[Collected data entries]
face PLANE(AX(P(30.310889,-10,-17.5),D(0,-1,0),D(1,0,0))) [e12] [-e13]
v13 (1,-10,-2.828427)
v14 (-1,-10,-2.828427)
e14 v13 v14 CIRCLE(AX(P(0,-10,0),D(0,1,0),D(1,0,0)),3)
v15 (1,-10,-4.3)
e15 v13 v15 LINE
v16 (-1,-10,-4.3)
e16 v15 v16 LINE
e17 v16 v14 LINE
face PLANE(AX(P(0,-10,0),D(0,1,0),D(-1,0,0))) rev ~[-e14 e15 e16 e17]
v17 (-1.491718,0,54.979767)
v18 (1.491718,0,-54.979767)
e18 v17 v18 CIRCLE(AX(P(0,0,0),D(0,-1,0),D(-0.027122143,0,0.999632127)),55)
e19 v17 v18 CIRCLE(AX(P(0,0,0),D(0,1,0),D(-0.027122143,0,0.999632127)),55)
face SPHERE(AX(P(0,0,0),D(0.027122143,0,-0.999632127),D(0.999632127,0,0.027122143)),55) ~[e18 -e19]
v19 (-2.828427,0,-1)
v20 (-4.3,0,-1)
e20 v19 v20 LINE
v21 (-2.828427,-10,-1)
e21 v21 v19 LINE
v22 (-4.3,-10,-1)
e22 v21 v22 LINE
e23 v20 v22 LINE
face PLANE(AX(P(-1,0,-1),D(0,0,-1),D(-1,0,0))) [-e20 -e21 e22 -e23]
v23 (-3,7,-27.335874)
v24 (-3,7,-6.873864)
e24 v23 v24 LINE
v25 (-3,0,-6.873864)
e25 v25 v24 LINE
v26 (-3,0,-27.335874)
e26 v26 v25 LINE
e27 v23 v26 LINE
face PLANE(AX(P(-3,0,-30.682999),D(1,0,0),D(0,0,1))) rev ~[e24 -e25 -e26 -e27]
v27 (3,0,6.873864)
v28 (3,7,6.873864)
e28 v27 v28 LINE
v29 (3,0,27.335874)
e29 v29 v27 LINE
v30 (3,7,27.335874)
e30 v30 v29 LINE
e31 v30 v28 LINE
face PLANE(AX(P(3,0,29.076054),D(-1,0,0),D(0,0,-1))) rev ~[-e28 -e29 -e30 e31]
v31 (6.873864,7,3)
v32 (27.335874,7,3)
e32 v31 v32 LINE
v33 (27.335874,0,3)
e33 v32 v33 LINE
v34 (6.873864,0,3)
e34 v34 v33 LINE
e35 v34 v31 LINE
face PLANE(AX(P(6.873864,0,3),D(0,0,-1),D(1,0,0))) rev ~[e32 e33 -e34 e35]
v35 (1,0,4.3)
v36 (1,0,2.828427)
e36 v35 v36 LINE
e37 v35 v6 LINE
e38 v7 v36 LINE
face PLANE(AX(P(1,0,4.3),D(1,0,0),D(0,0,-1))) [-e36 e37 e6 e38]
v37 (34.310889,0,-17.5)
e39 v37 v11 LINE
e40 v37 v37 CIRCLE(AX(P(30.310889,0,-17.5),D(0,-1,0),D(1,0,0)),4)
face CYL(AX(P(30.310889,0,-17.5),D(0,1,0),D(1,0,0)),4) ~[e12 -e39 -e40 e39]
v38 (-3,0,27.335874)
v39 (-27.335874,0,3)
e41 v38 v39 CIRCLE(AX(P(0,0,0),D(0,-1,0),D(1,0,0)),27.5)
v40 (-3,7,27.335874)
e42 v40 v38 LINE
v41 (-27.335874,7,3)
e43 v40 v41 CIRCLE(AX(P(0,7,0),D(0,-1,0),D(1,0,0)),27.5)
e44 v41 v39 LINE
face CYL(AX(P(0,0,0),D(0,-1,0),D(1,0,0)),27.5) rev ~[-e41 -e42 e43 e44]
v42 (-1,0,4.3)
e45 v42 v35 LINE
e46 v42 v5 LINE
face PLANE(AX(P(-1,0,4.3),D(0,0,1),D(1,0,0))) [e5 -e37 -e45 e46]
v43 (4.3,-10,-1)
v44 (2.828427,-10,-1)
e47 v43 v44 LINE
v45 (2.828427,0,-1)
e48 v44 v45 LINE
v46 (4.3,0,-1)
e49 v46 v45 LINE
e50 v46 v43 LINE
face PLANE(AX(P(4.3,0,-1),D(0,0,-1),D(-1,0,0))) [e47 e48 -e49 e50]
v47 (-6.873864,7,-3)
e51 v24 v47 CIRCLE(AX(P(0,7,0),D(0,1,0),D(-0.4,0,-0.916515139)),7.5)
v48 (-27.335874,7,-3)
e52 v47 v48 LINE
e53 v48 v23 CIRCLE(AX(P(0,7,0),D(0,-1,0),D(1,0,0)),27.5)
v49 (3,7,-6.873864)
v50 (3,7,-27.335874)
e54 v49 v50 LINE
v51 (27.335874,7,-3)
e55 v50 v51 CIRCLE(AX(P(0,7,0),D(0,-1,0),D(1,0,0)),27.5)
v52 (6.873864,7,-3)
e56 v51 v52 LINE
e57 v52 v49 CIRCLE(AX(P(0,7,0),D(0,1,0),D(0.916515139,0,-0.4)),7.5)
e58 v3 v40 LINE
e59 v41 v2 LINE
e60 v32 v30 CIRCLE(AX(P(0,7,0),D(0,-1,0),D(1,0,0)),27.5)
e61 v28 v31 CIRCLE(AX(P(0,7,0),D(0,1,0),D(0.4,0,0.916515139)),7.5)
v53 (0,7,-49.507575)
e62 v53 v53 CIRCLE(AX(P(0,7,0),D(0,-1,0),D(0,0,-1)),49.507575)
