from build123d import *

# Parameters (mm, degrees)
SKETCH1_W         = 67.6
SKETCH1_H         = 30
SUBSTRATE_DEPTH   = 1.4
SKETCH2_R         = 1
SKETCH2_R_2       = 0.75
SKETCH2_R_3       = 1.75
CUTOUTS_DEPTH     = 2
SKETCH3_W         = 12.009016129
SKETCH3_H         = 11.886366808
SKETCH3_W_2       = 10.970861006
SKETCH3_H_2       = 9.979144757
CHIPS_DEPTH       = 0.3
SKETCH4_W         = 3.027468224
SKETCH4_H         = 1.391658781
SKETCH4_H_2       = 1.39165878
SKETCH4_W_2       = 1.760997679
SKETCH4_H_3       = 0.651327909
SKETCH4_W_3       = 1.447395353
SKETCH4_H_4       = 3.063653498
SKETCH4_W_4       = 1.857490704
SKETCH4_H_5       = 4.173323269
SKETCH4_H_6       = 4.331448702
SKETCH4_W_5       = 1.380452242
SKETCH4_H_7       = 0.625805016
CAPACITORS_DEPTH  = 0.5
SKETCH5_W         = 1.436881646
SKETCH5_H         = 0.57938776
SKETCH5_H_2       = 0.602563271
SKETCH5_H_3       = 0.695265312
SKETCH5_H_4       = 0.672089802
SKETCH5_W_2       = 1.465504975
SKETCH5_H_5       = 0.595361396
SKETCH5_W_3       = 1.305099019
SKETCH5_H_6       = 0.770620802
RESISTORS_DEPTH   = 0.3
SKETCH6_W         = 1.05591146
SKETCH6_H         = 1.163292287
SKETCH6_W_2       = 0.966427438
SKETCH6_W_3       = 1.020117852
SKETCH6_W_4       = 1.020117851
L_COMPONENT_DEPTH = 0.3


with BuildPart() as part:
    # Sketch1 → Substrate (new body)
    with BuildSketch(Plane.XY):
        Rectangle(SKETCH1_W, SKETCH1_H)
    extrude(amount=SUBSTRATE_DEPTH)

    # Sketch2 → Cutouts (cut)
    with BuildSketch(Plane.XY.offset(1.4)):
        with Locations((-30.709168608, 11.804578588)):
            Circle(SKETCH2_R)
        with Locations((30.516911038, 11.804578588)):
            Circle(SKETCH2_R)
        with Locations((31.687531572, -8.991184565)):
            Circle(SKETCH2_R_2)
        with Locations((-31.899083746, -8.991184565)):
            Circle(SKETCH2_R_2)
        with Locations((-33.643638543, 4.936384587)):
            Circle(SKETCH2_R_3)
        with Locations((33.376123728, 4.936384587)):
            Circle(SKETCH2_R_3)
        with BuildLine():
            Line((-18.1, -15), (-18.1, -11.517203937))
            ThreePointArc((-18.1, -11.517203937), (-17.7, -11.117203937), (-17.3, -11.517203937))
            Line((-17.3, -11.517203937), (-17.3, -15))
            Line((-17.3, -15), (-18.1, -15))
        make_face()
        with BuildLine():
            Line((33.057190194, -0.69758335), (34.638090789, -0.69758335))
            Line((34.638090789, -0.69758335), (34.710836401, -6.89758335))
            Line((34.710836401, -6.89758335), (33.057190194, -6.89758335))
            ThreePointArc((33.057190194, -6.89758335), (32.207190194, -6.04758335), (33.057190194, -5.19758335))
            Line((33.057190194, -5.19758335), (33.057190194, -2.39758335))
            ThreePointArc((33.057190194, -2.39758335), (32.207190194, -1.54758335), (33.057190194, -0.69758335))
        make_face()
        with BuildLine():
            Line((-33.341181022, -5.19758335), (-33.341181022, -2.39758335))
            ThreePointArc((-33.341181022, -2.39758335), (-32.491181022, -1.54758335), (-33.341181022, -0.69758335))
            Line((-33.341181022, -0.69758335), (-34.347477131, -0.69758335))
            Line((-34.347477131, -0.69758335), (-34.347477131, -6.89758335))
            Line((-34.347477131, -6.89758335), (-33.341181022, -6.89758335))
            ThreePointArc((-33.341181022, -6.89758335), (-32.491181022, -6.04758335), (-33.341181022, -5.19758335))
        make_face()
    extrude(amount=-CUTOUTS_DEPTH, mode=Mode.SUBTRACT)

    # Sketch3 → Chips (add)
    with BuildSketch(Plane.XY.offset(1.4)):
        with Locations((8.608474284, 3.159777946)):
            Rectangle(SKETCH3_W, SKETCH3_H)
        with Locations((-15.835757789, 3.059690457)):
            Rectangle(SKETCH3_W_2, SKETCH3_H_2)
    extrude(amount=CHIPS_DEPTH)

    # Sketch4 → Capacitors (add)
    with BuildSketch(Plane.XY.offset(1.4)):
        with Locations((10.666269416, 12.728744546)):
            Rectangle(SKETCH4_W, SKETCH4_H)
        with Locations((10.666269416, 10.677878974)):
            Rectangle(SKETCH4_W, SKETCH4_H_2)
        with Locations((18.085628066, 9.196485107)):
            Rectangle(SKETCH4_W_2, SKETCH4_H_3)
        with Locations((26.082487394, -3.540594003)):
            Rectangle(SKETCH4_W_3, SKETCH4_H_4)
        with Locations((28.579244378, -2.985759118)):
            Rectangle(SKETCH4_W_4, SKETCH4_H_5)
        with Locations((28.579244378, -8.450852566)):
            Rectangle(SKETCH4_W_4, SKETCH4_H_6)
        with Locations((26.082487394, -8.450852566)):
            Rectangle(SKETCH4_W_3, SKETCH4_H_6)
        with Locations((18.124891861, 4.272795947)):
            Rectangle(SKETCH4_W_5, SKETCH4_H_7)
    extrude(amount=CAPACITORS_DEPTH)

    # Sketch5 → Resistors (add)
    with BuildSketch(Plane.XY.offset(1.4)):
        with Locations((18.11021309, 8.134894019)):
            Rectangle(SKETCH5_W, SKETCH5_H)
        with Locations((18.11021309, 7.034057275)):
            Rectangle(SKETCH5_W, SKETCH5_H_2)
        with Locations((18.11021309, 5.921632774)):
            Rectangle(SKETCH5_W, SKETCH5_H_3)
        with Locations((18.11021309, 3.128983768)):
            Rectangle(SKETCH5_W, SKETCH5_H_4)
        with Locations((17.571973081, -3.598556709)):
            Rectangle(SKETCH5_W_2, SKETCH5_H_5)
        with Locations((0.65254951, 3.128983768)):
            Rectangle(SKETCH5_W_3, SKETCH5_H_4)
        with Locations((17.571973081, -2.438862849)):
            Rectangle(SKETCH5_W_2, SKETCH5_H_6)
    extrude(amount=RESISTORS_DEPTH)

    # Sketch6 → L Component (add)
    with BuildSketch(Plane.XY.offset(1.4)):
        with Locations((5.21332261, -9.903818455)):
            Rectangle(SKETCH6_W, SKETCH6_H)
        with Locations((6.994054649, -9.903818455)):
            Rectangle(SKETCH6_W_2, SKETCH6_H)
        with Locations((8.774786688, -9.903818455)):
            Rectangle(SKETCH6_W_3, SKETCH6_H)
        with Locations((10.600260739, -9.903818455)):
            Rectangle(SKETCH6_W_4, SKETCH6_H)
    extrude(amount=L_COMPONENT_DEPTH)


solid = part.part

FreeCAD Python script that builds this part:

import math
import FreeCAD as App
import Part
import Sketcher
from FreeCAD import Vector
Q = App.Units.Quantity

doc = App.newDocument("Part")
body = doc.addObject("PartDesign::Body", "Body")

sketch1 = body.newObject("Sketcher::SketchObject", "Sketch")
sketch1.AttachmentSupport = (doc.getObject("XY_Plane"), [""])
sketch1.MapMode = "FlatFace"
sketch1.addGeometry([
    Part.LineSegment(Vector(-34, 15, 0), Vector(-34, -15, 0)),
    Part.LineSegment(Vector(-34, -15, 0), Vector(34, -15, 0)),
    Part.LineSegment(Vector(34, -15, 0), Vector(34, 15, 0)),
    Part.LineSegment(Vector(34, 15, 0), Vector(-34, 15, 0)),
], False)
sketch1.addConstraint([
    Sketcher.Constraint("Coincident", 0, 2, 1, 1),
    Sketcher.Constraint("Coincident", 1, 2, 2, 1),
    Sketcher.Constraint("Coincident", 2, 2, 3, 1),
    Sketcher.Constraint("Coincident", 3, 2, 0, 1),
    Sketcher.Constraint("Vertical", 0),
    Sketcher.Constraint("Horizontal", 1),
    Sketcher.Constraint("Vertical", 2),
    Sketcher.Constraint("Horizontal", 3),
    Sketcher.Constraint("Symmetric", 0, 2, 2, 2, -1, 1),
    Sketcher.Constraint("DistanceY", 0, 2, 0, 1, Q("30 mm")),
    Sketcher.Constraint("DistanceX", 1, 1, 1, 2, Q("67.6 mm")),
])
pad1 = body.newObject("PartDesign::Pad", "Pad")
pad1.Profile = sketch1
pad1.Length = 1.4

sketch2 = body.newObject("Sketcher::SketchObject", "Sketch001")
sketch2.AttachmentSupport = (doc.getObject("XY_Plane"), [""])
sketch2.MapMode = "FlatFace"
sketch2.AttachmentOffset = App.Placement(Vector(0, 0, 1.4), App.Rotation())
sketch2.addGeometry([
    Part.Circle(Vector(-30.71, 11.8, 0), Vector(0, 0, 1), 1),
    Part.Circle(Vector(30.52, 11.8, 0), Vector(0, 0, 1), 1),
    Part.Circle(Vector(31.69, -8.99, 0), Vector(0, 0, 1), 0.75),
    Part.Circle(Vector(-31.9, -8.99, 0), Vector(0, 0, 1), 0.75),
    Part.Circle(Vector(-33.64, 4.94, 0), Vector(0, 0, 1), 1.75),
    Part.Circle(Vector(33.38, 4.94, 0), Vector(0, 0, 1), 1.75),
    Part.LineSegment(Vector(-18.1, -11.52, 0), Vector(-18.1, -15, 0)),
    Part.LineSegment(Vector(-18.1, -15, 0), Vector(-17.3, -15, 0)),
    Part.LineSegment(Vector(-17.3, -15, 0), Vector(-17.3, -11.52, 0)),
    Part.ArcOfCircle(Part.Circle(Vector(-17.7, -11.52, 0), Vector(0, 0, 1), 0.4), math.radians(0), math.radians(180)),
    Part.LineSegment(Vector(34.64, -0.7, 0), Vector(33.06, -0.7, 0)),
    Part.ArcOfCircle(Part.Circle(Vector(33.06, -1.55, 0), Vector(0, 0, 1), 0.85), math.radians(90), math.radians(270)),
    Part.LineSegment(Vector(33.06, -2.4, 0), Vector(33.06, -5.2, 0)),
    Part.ArcOfCircle(Part.Circle(Vector(33.06, -6.05, 0), Vector(0, 0, 1), 0.85), math.radians(90), math.radians(270)),
    Part.LineSegment(Vector(33.06, -6.9, 0), Vector(34.71, -6.9, 0)),
    Part.LineSegment(Vector(34.71, -6.9, 0), Vector(34.64, -0.7, 0)),
    Part.LineSegment(Vector(-33.34, -5.2, 0), Vector(-33.34, -2.4, 0)),
    Part.ArcOfCircle(Part.Circle(Vector(-33.34, -1.55, 0), Vector(0, 0, 1), 0.85), math.radians(-90), math.radians(90)),
    Part.LineSegment(Vector(-33.34, -0.7, 0), Vector(-34.35, -0.7, 0)),
    Part.LineSegment(Vector(-34.35, -0.7, 0), Vector(-34.35, -6.9, 0)),
    Part.LineSegment(Vector(-34.35, -6.9, 0), Vector(-33.34, -6.9, 0)),
    Part.ArcOfCircle(Part.Circle(Vector(-33.34, -6.05, 0), Vector(0, 0, 1), 0.85), math.radians(-90), math.radians(90)),
], False)
sketch2.addConstraint([
    Sketcher.Constraint("Coincident", 6, 2, 7, 1),
    Sketcher.Constraint("Coincident", 7, 2, 8, 1),
    Sketcher.Constraint("Tangent", 8, 2, 9, 1),
    Sketcher.Constraint("Tangent", 9, 2, 6, 1),
    Sketcher.Constraint("Tangent", 10, 2, 11, 1),
    Sketcher.Constraint("Coincident", 11, 2, 12, 1),
    Sketcher.Constraint("Coincident", 12, 2, 13, 1),
    Sketcher.Constraint("Tangent", 13, 2, 14, 1),
    Sketcher.Constraint("Coincident", 14, 2, 15, 1),
    Sketcher.Constraint("Coincident", 15, 2, 10, 1),
    Sketcher.Constraint("Coincident", 16, 2, 17, 1),
    Sketcher.Constraint("Tangent", 17, 2, 18, 1),
    Sketcher.Constraint("Coincident", 18, 2, 19, 1),
    Sketcher.Constraint("Coincident", 19, 2, 20, 1),
    Sketcher.Constraint("Tangent", 20, 2, 21, 1),
    Sketcher.Constraint("Coincident", 21, 2, 16, 1),
    Sketcher.Constraint("Vertical", 6),
    Sketcher.Constraint("Horizontal", 7),
    Sketcher.Constraint("Vertical", 8),
    Sketcher.Constraint("Horizontal", 10),
    Sketcher.Constraint("Vertical", 12),
    Sketcher.Constraint("Horizontal", 14),
    Sketcher.Constraint("Vertical", 16),
    Sketcher.Constraint("Horizontal", 18),
    Sketcher.Constraint("Vertical", 19),
    Sketcher.Constraint("Horizontal", 20),
    Sketcher.Constraint("Equal", 0, 1),
    Sketcher.Constraint("Equal", 2, 3),
    Sketcher.Constraint("Equal", 4, 5),
    Sketcher.Constraint("Equal", 11, 13),
    Sketcher.Constraint("Equal", 13, 17),
    Sketcher.Constraint("Equal", 17, 21),
    Sketcher.Constraint("Horizontal", 0, 3, 1, 3),
    Sketcher.Constraint("Horizontal", 2, 3, 3, 3),
    Sketcher.Constraint("Horizontal", 4, 3, 5, 3),
    Sketcher.Constraint("Horizontal", 11, 3, 17, 3),
    Sketcher.Constraint("Horizontal", 13, 3, 21, 3),
    Sketcher.Constraint("Vertical", 11, 3, 13, 3),
    Sketcher.Constraint("Vertical", 17, 3, 21, 3),
    Sketcher.Constraint("Vertical", 10, 2, 11, 2),
    Sketcher.Constraint("Vertical", 21, 3, 16, 2),
    Sketcher.Constraint("Diameter", 0, Q("2 mm")),
    Sketcher.Constraint("Diameter", 2, Q("1.5 mm")),
    Sketcher.Constraint("Diameter", 4, Q("3.5 mm")),
    Sketcher.Constraint("Radius", 9, Q("0.4 mm")),
    Sketcher.Constraint("Radius", 11, Q("0.85 mm")),
    Sketcher.Constraint("DistanceY", 12, 2, 12, 1, Q("2.8 mm")),
    Sketcher.Constraint("DistanceY", 6, 2, -1, 1, Q("15 mm")),
    Sketcher.Constraint("DistanceX", 9, 3, -1, 1, Q("17.7 mm")),
    Sketcher.Constraint("DistanceX", 10, 2, 10, 1, Q("1.580901 mm")),
    Sketcher.Constraint("DistanceX", 0, 3, 2, 3, Q("62.3967 mm")),
    Sketcher.Constraint("DistanceY", 2, 3, 11, 3, Q("7.443601 mm")),
    Sketcher.Constraint("DistanceX", 14, 1, 14, 2, Q("1.653646 mm")),
    Sketcher.Constraint("DistanceX", 18, 2, 18, 1, Q("1.006296 mm")),
    Sketcher.Constraint("DistanceY", 6, 2, 6, 1, Q("3.482796 mm")),
    Sketcher.Constraint("DistanceX", 0, 3, -1, 1, Q("30.709169 mm")),
    Sketcher.Constraint("DistanceY", -1, 1, 0, 3, Q("11.804579 mm")),
    Sketcher.Constraint("DistanceX", -1, 1, 1, 3, Q("30.516911 mm")),
    Sketcher.Constraint("DistanceX", 4, 3, -1, 1, Q("33.643639 mm")),
    Sketcher.Constraint("DistanceX", -1, 1, 11, 3, Q("33.05719 mm")),
    Sketcher.Constraint("DistanceX", 17, 3, -1, 1, Q("33.341181 mm")),
    Sketcher.Constraint("DistanceY", 3, 3, 4, 3, Q("13.927569 mm")),
    Sketcher.Constraint("DistanceY", 9, 3, 3, 3, Q("2.526019 mm")),
    Sketcher.Constraint("DistanceX", 3, 3, -1, 1, Q("31.899084 mm")),
    Sketcher.Constraint("DistanceX", -1, 1, 5, 3, Q("33.376124 mm")),
])
pocket1 = body.newObject("PartDesign::Pocket", "Pocket")
pocket1.Profile = sketch2
pocket1.Length = 2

__What you will do__
In the entries above, the lines from the one bearing "e22 v21 v22 LINE" up to and including the one bearing "v53 (0,7,-49.507575)" should be transcribed exactly; no other line is wanted.

__Answer for this exercise__
e22 v21 v22 LINE
e23 v20 v22 LINE
face PLANE(AX(P(-1,0,-1),D(0,0,-1),D(-1,0,0))) [-e20 -e21 e22 -e23]
v23 (-3,7,-27.335874)
v24 (-3,7,-6.873864)
e24 v23 v24 LINE
v25 (-3,0,-6.873864)
e25 v25 v24 LINE
v26 (-3,0,-27.335874)
e26 v26 v25 LINE
e27 v23 v26 LINE
face PLANE(AX(P(-3,0,-30.682999),D(1,0,0),D(0,0,1))) rev ~[e24 -e25 -e26 -e27]
v27 (3,0,6.873864)
v28 (3,7,6.873864)
e28 v27 v28 LINE
v29 (3,0,27.335874)
e29 v29 v27 LINE
v30 (3,7,27.335874)
e30 v30 v29 LINE
e31 v30 v28 LINE
face PLANE(AX(P(3,0,29.076054),D(-1,0,0),D(0,0,-1))) rev ~[-e28 -e29 -e30 e31]
v31 (6.873864,7,3)
v32 (27.335874,7,3)
e32 v31 v32 LINE
v33 (27.335874,0,3)
e33 v32 v33 LINE
v34 (6.873864,0,3)
e34 v34 v33 LINE
e35 v34 v31 LINE
face PLANE(AX(P(6.873864,0,3),D(0,0,-1),D(1,0,0))) rev ~[e32 e33 -e34 e35]
v35 (1,0,4.3)
v36 (1,0,2.828427)
e36 v35 v36 LINE
e37 v35 v6 LINE
e38 v7 v36 LINE
face PLANE(AX(P(1,0,4.3),D(1,0,0),D(0,0,-1))) [-e36 e37 e6 e38]
v37 (34.310889,0,-17.5)
e39 v37 v11 LINE
e40 v37 v37 CIRCLE(AX(P(30.310889,0,-17.5),D(0,-1,0),D(1,0,0)),4)
face CYL(AX(P(30.310889,0,-17.5),D(0,1,0),D(1,0,0)),4) ~[e12 -e39 -e40 e39]
v38 (-3,0,27.335874)
v39 (-27.335874,0,3)
e41 v38 v39 CIRCLE(AX(P(0,0,0),D(0,-1,0),D(1,0,0)),27.5)
v40 (-3,7,27.335874)
e42 v40 v38 LINE
v41 (-27.335874,7,3)
e43 v40 v41 CIRCLE(AX(P(0,7,0),D(0,-1,0),D(1,0,0)),27.5)
e44 v41 v39 LINE
face CYL(AX(P(0,0,0),D(0,-1,0),D(1,0,0)),27.5) rev ~[-e41 -e42 e43 e44]
v42 (-1,0,4.3)
e45 v42 v35 LINE
e46 v42 v5 LINE
face PLANE(AX(P(-1,0,4.3),D(0,0,1),D(1,0,0))) [e5 -e37 -e45 e46]
v43 (4.3,-10,-1)
v44 (2.828427,-10,-1)
e47 v43 v44 LINE
v45 (2.828427,0,-1)
e48 v44 v45 LINE
v46 (4.3,0,-1)
e49 v46 v45 LINE
e50 v46 v43 LINE
face PLANE(AX(P(4.3,0,-1),D(0,0,-1),D(-1,0,0))) [e47 e48 -e49 e50]
v47 (-6.873864,7,-3)
e51 v24 v47 CIRCLE(AX(P(0,7,0),D(0,1,0),D(-0.4,0,-0.916515139)),7.5)
v48 (-27.335874,7,-3)
e52 v47 v48 LINE
e53 v48 v23 CIRCLE(AX(P(0,7,0),D(0,-1,0),D(1,0,0)),27.5)
v49 (3,7,-6.873864)
v50 (3,7,-27.335874)
e54 v49 v50 LINE
v51 (27.335874,7,-3)
e55 v50 v51 CIRCLE(AX(P(0,7,0),D(0,-1,0),D(1,0,0)),27.5)
v52 (6.873864,7,-3)
e56 v51 v52 LINE
e57 v52 v49 CIRCLE(AX(P(0,7,0),D(0,1,0),D(0.916515139,0,-0.4)),7.5)
e58 v3 v40 LINE
e59 v41 v2 LINE
e60 v32 v30 CIRCLE(AX(P(0,7,0),D(0,-1,0),D(1,0,0)),27.5)
e61 v28 v31 CIRCLE(AX(P(0,7,0),D(0,1,0),D(0.4,0,0.916515139)),7.5)
v53 (0,7,-49.507575)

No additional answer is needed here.